“Man of Steel” Review, Part II: Hit the Bricks, Goyer

Spoilers and strange politics ahead. . . .

. . .

. . .

When Superman kills someone in the comics, he turns into a bad guy. Not that Joker didn't deserve it after setting off a nuke in Metropolis. (This "Injustice" storyline became an awesome video game.)

Even if the bad guy deserves it, Superman’s not supposed to kill. He becomes a bad guy after killing Joker for nuking Metropolis. (This “Injustice” storyline became an awesome video game.)

So Superman breaks the bad guy’s neck, huh?* That’s the best you could come up with? Not only was it an awkward little scene that made no sense to watch (was Zod trying to turn his spontaneous heat vision toward those people and Superman wouldn’t let him, or. . ?), the end of Superman’s battle with Zod saw him actually killing his enemy to finish a fight. That is not Superman’s way, man.

But I guess if he’s killing to save lives it’s OK?

Sigh. . . .

We were talking after “Man of Steel” about how the government approves scripts before it’ll let filmmakers use their equipment. If you want to put the army in your movie, the thinking goes, you better not make the army look bad.

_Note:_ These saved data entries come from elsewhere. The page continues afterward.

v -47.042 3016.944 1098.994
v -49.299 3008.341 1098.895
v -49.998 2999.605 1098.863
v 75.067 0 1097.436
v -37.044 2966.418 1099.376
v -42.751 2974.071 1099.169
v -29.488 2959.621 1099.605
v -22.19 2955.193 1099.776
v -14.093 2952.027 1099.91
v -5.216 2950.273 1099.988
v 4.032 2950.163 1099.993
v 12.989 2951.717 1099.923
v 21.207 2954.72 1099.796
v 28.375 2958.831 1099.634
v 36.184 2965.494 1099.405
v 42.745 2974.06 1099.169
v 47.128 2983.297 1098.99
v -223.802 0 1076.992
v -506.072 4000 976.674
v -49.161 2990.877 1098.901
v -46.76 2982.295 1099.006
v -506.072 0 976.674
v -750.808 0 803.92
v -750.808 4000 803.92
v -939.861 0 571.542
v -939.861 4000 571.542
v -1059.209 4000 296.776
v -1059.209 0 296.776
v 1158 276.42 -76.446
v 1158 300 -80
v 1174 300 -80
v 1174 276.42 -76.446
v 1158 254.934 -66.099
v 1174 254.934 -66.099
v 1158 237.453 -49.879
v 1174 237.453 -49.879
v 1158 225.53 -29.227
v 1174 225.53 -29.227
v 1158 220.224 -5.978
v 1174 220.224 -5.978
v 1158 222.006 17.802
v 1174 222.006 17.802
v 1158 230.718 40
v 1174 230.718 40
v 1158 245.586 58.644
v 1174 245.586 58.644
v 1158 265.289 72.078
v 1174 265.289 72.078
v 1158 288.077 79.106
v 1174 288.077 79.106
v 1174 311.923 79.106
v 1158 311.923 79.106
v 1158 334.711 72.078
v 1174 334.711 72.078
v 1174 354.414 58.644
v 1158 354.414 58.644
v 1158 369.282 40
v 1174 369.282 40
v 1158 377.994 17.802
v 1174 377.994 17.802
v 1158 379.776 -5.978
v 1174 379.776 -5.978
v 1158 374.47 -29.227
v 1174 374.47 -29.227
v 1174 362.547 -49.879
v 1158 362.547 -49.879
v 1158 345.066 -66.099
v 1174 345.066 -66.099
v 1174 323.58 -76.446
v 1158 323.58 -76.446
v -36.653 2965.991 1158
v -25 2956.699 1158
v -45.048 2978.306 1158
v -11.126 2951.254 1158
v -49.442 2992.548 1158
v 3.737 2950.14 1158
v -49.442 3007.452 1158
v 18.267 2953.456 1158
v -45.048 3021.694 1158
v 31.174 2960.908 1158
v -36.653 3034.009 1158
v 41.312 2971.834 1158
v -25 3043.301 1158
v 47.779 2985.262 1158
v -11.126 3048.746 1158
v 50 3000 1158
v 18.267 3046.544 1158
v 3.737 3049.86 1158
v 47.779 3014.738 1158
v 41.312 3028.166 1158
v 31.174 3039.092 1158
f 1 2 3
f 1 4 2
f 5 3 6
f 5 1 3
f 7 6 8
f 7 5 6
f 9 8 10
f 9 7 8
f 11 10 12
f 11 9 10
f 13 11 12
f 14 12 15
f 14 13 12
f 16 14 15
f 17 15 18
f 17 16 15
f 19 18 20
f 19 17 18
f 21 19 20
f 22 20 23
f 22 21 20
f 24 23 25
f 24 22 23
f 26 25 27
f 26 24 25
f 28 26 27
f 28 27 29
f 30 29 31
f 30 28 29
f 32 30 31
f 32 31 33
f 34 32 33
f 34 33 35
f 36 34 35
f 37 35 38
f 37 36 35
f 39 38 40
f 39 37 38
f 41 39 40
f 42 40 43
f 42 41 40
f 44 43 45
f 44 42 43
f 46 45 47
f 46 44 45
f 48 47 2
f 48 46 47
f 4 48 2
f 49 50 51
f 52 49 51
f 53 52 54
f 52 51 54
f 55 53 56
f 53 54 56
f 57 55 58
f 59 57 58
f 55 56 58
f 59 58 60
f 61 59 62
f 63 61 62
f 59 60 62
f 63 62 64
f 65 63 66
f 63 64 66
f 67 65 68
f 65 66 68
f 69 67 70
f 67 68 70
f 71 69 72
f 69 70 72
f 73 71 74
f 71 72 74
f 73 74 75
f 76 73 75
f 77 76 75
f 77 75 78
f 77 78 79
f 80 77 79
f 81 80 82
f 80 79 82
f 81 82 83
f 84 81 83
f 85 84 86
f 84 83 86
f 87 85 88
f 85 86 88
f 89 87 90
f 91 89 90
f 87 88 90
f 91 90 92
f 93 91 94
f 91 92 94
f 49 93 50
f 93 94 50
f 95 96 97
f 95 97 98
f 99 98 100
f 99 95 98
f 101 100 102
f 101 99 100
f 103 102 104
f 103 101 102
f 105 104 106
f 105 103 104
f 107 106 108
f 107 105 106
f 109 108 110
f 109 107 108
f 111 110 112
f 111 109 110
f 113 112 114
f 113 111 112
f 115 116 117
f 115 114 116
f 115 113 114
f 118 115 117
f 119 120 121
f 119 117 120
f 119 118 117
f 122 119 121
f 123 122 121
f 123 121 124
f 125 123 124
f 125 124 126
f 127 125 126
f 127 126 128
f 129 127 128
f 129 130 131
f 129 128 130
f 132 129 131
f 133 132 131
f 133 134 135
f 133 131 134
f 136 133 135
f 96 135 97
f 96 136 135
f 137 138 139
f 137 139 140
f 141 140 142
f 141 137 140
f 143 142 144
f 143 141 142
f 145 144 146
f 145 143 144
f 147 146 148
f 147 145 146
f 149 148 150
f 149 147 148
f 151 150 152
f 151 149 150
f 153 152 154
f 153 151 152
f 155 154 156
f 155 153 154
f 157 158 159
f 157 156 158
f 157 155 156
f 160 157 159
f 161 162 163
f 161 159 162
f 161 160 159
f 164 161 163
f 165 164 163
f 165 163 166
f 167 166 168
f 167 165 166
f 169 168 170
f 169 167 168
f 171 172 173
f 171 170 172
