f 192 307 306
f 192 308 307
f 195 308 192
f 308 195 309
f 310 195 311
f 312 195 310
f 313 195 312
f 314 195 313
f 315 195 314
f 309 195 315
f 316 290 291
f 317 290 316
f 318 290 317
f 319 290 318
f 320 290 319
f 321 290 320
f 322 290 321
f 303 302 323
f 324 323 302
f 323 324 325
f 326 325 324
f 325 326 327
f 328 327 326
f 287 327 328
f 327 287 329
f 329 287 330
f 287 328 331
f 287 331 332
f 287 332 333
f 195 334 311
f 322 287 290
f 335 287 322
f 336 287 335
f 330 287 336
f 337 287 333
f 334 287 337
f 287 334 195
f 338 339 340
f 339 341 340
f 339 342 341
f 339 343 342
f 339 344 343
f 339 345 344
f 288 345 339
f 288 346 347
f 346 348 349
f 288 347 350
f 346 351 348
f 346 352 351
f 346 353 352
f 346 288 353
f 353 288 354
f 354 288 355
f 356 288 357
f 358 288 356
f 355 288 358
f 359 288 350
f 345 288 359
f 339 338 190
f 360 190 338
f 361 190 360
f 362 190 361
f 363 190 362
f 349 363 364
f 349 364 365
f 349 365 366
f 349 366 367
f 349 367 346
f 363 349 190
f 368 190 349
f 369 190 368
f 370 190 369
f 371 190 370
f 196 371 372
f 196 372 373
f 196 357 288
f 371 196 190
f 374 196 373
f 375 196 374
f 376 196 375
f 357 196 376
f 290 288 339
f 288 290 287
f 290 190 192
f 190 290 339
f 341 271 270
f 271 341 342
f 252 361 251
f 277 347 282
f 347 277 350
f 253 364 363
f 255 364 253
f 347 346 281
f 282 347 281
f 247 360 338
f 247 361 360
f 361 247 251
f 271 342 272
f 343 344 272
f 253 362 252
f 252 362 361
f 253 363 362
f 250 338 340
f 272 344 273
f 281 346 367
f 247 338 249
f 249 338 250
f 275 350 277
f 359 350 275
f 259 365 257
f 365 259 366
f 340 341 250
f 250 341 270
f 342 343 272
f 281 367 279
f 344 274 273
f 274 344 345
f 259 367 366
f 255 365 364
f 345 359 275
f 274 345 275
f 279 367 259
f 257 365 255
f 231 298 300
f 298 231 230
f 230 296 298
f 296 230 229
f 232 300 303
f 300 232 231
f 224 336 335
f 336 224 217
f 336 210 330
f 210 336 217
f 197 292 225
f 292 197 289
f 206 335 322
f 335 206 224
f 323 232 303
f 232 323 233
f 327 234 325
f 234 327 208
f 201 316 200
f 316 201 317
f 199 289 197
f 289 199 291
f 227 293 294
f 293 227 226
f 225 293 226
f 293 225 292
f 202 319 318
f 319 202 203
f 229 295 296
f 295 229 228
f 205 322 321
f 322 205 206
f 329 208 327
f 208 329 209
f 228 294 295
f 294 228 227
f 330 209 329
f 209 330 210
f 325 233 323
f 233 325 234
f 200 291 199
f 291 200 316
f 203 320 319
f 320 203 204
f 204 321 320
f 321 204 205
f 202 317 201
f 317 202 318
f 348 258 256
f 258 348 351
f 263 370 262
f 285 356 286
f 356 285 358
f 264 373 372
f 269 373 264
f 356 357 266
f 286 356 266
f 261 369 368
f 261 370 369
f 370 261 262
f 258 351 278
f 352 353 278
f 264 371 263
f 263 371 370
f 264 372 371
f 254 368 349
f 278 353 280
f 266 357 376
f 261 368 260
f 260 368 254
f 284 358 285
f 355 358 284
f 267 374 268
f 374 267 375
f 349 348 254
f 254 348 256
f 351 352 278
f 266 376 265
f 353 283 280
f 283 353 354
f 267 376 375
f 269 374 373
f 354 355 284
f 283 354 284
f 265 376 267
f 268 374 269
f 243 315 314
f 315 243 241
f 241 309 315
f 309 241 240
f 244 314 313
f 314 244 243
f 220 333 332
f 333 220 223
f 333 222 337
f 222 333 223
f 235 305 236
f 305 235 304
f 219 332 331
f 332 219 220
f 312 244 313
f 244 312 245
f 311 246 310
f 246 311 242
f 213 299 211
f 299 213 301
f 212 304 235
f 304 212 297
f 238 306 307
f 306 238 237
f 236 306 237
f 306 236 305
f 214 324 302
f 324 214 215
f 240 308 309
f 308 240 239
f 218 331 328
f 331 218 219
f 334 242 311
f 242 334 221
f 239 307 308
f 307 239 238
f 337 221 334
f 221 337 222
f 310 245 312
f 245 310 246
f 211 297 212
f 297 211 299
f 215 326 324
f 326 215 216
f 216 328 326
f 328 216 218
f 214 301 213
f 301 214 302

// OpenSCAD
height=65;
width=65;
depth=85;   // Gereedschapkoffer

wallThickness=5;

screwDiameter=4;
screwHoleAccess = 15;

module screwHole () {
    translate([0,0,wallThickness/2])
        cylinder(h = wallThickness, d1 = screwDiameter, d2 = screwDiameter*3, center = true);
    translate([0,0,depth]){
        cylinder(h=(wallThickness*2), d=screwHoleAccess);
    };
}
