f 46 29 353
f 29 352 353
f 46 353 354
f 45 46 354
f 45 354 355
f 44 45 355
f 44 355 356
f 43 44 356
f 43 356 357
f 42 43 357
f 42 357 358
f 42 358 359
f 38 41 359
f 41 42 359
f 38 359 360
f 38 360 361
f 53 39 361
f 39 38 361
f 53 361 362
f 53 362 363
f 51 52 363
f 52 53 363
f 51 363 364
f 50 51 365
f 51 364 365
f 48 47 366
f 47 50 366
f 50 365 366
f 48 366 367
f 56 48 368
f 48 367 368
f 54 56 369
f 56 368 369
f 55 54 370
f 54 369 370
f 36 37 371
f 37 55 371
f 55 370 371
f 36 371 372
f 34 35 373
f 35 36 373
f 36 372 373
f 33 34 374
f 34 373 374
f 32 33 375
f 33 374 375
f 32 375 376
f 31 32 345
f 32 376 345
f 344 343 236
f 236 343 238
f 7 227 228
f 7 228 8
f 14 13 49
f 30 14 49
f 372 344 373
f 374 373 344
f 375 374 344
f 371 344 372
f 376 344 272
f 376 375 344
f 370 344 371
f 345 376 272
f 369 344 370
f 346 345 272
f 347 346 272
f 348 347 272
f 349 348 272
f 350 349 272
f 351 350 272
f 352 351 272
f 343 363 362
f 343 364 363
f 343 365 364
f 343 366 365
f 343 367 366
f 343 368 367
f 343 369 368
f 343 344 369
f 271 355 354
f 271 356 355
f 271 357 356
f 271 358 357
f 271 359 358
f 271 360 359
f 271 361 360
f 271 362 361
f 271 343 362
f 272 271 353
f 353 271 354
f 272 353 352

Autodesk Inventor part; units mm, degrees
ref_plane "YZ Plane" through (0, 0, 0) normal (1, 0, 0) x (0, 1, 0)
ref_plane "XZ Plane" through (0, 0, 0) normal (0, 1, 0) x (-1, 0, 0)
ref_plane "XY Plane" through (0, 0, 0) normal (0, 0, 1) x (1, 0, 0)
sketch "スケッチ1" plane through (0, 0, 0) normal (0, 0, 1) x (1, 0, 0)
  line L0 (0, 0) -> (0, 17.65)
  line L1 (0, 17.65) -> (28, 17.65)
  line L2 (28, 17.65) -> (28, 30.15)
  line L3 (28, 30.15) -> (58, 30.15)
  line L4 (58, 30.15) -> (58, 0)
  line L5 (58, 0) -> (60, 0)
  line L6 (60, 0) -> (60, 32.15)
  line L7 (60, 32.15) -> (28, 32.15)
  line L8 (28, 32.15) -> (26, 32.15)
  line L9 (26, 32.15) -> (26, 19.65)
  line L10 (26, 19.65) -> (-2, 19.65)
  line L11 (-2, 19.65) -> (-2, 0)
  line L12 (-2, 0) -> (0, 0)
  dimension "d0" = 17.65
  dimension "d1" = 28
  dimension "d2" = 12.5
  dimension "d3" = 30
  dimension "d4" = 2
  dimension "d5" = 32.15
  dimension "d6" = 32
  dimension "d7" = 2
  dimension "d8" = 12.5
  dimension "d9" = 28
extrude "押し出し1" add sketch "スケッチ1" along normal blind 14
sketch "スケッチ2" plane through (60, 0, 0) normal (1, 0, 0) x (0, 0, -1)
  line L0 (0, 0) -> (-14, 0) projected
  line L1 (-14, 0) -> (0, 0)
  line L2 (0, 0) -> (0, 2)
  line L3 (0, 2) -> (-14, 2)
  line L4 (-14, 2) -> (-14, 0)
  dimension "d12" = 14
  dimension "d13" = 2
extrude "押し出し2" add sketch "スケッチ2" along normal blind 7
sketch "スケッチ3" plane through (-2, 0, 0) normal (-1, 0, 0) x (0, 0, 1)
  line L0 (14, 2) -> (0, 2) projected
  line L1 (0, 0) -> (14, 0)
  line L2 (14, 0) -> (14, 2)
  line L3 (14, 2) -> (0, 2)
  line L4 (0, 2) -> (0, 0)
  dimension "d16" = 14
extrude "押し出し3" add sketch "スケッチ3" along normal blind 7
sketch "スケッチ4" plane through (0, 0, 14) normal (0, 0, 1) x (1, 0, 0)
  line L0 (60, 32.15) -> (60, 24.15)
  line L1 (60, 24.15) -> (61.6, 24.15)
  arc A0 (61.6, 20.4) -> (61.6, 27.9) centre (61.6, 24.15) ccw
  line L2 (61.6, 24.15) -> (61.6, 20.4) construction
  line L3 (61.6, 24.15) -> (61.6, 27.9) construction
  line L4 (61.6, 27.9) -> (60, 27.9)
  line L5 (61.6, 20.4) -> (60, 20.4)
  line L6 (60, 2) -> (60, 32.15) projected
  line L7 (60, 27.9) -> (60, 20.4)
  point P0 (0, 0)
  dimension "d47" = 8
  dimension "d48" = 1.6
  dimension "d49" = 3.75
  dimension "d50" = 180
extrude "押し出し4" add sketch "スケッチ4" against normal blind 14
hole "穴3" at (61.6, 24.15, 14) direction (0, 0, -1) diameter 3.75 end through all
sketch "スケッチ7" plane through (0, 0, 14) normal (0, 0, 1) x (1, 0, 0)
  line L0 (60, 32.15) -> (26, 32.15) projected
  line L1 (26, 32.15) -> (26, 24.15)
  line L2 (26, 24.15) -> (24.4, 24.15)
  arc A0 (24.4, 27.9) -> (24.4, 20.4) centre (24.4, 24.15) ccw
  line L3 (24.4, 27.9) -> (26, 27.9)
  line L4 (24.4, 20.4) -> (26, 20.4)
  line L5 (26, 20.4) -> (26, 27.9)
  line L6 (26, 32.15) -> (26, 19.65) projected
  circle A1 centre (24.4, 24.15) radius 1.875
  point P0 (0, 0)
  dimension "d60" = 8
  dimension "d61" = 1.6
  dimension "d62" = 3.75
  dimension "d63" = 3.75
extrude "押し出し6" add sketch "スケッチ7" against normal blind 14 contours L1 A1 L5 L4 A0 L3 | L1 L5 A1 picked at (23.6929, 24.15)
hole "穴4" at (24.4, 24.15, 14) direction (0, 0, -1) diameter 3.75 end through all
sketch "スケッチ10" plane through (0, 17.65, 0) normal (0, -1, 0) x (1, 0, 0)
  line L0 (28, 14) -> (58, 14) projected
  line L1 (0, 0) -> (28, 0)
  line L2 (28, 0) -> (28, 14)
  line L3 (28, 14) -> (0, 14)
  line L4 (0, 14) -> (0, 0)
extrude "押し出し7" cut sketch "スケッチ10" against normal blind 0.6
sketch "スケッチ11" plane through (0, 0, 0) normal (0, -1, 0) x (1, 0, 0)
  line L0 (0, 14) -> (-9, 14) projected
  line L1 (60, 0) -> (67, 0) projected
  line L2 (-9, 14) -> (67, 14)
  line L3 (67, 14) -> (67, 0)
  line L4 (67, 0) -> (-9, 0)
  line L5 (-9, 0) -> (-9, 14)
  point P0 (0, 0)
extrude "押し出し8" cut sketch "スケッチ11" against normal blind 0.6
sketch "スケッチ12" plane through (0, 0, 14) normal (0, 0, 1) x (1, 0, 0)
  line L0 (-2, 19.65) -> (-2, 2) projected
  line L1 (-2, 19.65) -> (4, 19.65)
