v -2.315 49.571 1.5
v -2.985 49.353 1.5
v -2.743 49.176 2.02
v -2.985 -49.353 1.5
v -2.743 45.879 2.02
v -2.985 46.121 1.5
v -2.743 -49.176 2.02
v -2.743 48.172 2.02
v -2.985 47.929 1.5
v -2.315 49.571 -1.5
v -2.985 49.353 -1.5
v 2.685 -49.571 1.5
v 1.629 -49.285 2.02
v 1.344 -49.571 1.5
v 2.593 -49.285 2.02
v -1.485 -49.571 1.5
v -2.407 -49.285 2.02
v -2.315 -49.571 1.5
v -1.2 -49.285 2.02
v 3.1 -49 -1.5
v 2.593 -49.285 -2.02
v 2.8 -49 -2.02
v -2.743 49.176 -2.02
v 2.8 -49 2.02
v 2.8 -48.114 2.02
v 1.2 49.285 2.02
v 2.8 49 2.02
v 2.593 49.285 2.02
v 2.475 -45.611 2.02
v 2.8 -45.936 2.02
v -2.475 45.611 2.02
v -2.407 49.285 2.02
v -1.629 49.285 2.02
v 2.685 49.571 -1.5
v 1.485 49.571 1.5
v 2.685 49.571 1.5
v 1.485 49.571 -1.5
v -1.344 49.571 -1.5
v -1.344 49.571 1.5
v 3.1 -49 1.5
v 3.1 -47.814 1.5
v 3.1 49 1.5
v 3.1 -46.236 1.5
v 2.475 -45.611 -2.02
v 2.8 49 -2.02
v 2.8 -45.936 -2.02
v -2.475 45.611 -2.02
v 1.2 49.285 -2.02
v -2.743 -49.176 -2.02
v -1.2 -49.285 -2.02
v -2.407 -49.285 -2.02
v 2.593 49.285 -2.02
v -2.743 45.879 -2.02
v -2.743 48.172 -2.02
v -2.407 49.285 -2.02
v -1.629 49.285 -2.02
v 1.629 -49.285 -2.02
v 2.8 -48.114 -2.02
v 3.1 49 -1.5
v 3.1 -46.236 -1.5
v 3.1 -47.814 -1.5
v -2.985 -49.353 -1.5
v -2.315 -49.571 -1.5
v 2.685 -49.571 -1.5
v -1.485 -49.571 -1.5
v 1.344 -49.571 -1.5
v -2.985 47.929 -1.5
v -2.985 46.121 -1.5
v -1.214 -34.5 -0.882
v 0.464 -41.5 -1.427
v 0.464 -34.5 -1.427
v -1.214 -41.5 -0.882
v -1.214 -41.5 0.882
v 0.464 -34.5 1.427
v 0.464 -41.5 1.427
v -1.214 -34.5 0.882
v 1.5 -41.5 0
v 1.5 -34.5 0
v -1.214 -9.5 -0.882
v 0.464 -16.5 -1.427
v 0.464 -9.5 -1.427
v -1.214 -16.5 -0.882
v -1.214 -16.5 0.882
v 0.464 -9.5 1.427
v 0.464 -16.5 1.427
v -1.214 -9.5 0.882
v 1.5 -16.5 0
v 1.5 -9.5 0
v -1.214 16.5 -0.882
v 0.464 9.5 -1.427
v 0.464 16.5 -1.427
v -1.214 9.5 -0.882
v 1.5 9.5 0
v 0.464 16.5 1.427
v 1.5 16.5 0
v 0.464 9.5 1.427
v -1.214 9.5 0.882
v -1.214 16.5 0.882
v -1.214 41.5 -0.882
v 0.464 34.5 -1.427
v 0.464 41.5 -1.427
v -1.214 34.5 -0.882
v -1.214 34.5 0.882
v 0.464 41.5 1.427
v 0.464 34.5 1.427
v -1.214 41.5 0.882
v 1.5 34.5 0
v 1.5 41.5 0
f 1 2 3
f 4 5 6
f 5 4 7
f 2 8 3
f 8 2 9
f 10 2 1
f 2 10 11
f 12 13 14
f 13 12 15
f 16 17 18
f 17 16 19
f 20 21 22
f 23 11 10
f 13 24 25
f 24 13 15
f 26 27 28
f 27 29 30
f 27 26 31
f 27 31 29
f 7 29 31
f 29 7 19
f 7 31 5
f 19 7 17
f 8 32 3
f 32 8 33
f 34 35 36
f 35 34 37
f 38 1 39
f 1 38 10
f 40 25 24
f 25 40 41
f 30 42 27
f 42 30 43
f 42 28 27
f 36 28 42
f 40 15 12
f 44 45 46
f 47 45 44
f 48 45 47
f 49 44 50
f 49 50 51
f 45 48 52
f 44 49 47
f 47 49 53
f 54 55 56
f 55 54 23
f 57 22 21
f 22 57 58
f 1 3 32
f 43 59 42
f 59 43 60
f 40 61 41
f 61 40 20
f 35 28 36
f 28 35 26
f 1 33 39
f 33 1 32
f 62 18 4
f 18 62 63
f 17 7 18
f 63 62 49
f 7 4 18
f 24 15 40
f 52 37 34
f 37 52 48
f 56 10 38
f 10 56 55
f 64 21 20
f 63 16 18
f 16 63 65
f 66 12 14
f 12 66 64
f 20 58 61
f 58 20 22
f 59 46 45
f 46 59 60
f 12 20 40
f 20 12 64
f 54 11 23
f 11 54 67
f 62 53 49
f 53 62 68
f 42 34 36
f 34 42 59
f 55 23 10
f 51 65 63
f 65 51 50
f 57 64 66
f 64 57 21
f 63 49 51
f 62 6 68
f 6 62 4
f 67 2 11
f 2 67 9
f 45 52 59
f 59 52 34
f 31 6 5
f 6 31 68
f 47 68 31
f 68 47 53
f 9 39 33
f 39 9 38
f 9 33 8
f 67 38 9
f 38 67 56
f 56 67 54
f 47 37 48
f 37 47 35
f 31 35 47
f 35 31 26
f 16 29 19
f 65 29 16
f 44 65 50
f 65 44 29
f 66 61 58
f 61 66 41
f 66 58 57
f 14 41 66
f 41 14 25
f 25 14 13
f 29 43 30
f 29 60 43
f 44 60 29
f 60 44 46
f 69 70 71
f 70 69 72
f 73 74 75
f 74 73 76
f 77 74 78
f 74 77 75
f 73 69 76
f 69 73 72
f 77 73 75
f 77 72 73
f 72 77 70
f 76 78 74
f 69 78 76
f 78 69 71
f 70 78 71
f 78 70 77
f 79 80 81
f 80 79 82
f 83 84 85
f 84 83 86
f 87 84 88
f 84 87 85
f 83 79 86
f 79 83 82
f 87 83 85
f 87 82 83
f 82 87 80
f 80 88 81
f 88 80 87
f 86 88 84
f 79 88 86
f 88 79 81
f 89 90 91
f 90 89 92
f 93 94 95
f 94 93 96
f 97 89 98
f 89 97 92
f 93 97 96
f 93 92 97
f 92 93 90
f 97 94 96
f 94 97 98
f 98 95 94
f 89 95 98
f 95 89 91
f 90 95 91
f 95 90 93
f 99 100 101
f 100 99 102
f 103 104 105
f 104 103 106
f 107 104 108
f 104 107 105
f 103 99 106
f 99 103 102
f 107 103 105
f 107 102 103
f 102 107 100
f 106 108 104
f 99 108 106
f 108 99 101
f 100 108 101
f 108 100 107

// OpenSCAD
// Parameters
rail_length = 100.0; //[50.0:200.0:1]
rail_width = 7.0; //[3.5:14.0:0.1]
rail_height = 5.0; //[2.5:10.0:0.1]
hole_diameter = 3.0; //[1.5:6.0:0.1]
hole_count = 4; //[2:8:1]
end_margin = 12.0; //[6.0:24.0:1]
hole_pitch = 25.0; //[10.0:50.0:1]
chamfer_length = 2.0; //[0.5:5.0:0.1]
fillet_radius = 0.6; //[0.2:1.5:0.1]
fillet_trim = 1.0; //[0.5:3.0:0.1]
overlap = 1.0; //[0.5:2.0:0.1]

// Rail Body
module rail_body() {
  color("Silver")
  translate([0, 0, 0])
    cube([rail_width, rail_length, rail_height], center=true);
}

// Mounting Holes
module mounting_hole(position_y) {
  translate([0, position_y, 0])
    rotate([90, 0, 0])
      cylinder(h=rail_height + 2*overlap, r=hole_diameter/2, center=true);
}

module mounting_holes() {
  union() {
    mounting_hole(-rail_length/2 + end_margin);
    mounting_hole(-rail_length/2 + end_margin + hole_pitch);
    mounting_hole(rail_length/2 - end_margin - hole_pitch);
    mounting_hole(rail_length/2 - end_margin);
  }
}

// End Chamfers
module end_chamfer(position_y) {
  translate([0, position_y, 0])
    rotate([0, 0, 45])
      cube([rail_width + 2*overlap, chamfer_length, rail_height + 2*overlap], center=true);
}

module end_chamfers() {
  difference() {
    edge_fillets();
    end_chamfer(rail_length/2 - chamfer_length/2 + overlap/2);
    end_chamfer(-rail_length/2 + chamfer_length/2 - overlap/2);
  }
}

// Edge Fillets
module edge_fillets() {
  minkowski() {
    translate([0, 0, 0])
      cube([rail_width - 2*fillet_trim, rail_length - 2*fillet_trim, rail_height - 2*fillet_trim], center=true);
    sphere(r=fillet_radius, center=true);
  }
}

// Complete Model
module complete_model() {
  difference() {
    end_chamfers();
    mounting_holes();
  }
}

// Final Output
complete_model();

I thought it was strange that the government would let Superman smash a drone at the end of “Man of Steel,” and tell off a federal general for spying on him.

But Obama will pretend he doesn’t like drones. What Obama won’t say, ever, is that it was wrong of him to take out any of the many enemies he’s killed as president. “Man of Steel” was great for the U.S. government, because it demonstrated that even Superman has to end an evildoer’s life when innocents are at stake. His actions say killing is justified.

“Man of Steel” is an awesome movie because of its actors, directors, effects. . . a lot of things. But not its screenplay. And not just because it’s a sell-out; David S. Goyer wrote the script and in those rare moments when the movie relied on him, he completely whiffed.

Henry Cavill and Amy Adams had great chemistry as Superman and Lois Lane, but it was up to Goyer to write the lines they say after their big first kiss. The cheesy exchange hit with an embarrassing thud.

And it was surely a challenge figuring out how to end a fight between two invulnerable supermen. But that’s when you have to step up as a writer. Zod starts shooting heat vision from his eyes, and Superman grabs his head, and these two guys who were just exchanging huge blows above Metropolis are suddenly struggling over a slow neck turn. Superman asks Zod to stop slowly moving his eye lasers toward a family, and then he breaks Zod’s neck and screams. This resolution is a stain, and it will always be the worst thing about “Man of Steel.”

Goyer Boner No. 3: He had Michael Shannon as Zod and gave him nothing fun to do. Terence Stamp’s Zod in Superman II (in 1980) was a hoot. “So this is planet Hooston?” Shannon was great at making Zod twitchy, scary, and oddly sympathetic. But he was not funny, or any fun.

There’s already a sequel in the works, and apparently Goyer’s writing it. Bad idea. Let someone else take a crack. The only thing about “Man of Steel” that wasn’t great was the writing.

. . .

And if they’re making a trilogy, the next one — “Superman,” I’m guessing — has gotta have Lex Luthor. Then Part III is the Doomsday fight that killed Superman, since that was the biggest thing to ever happen in comics. Problem is, the Doomsday fight was so amazing because of its vast destruction of Metropolis, and how desperate Superman was to end the destruction because so many people were getting hurt all around them.

Superman’s fight with Zod in “Man of Steel,” though, has skyscrapers toppling into each other like dominoes. I guess you’ve gotta just accept that the lives you see within the actual frame of shots are the only ones that exist in this universe, because otherwise we’re watching the worst tragedy in modern American history.

And if that’s so, the epic fist fight with Doomsday doesn’t carry emotional heft, because there isn’t an entire huge city of civilians’ lives at stake.

Maybe this new Zack Snyder Superman just wants to fight, though, and doesn’t care who gets hurt.

*If you’re gonna get wet, go swimming. Superman shoulda ripped Zod’s head off.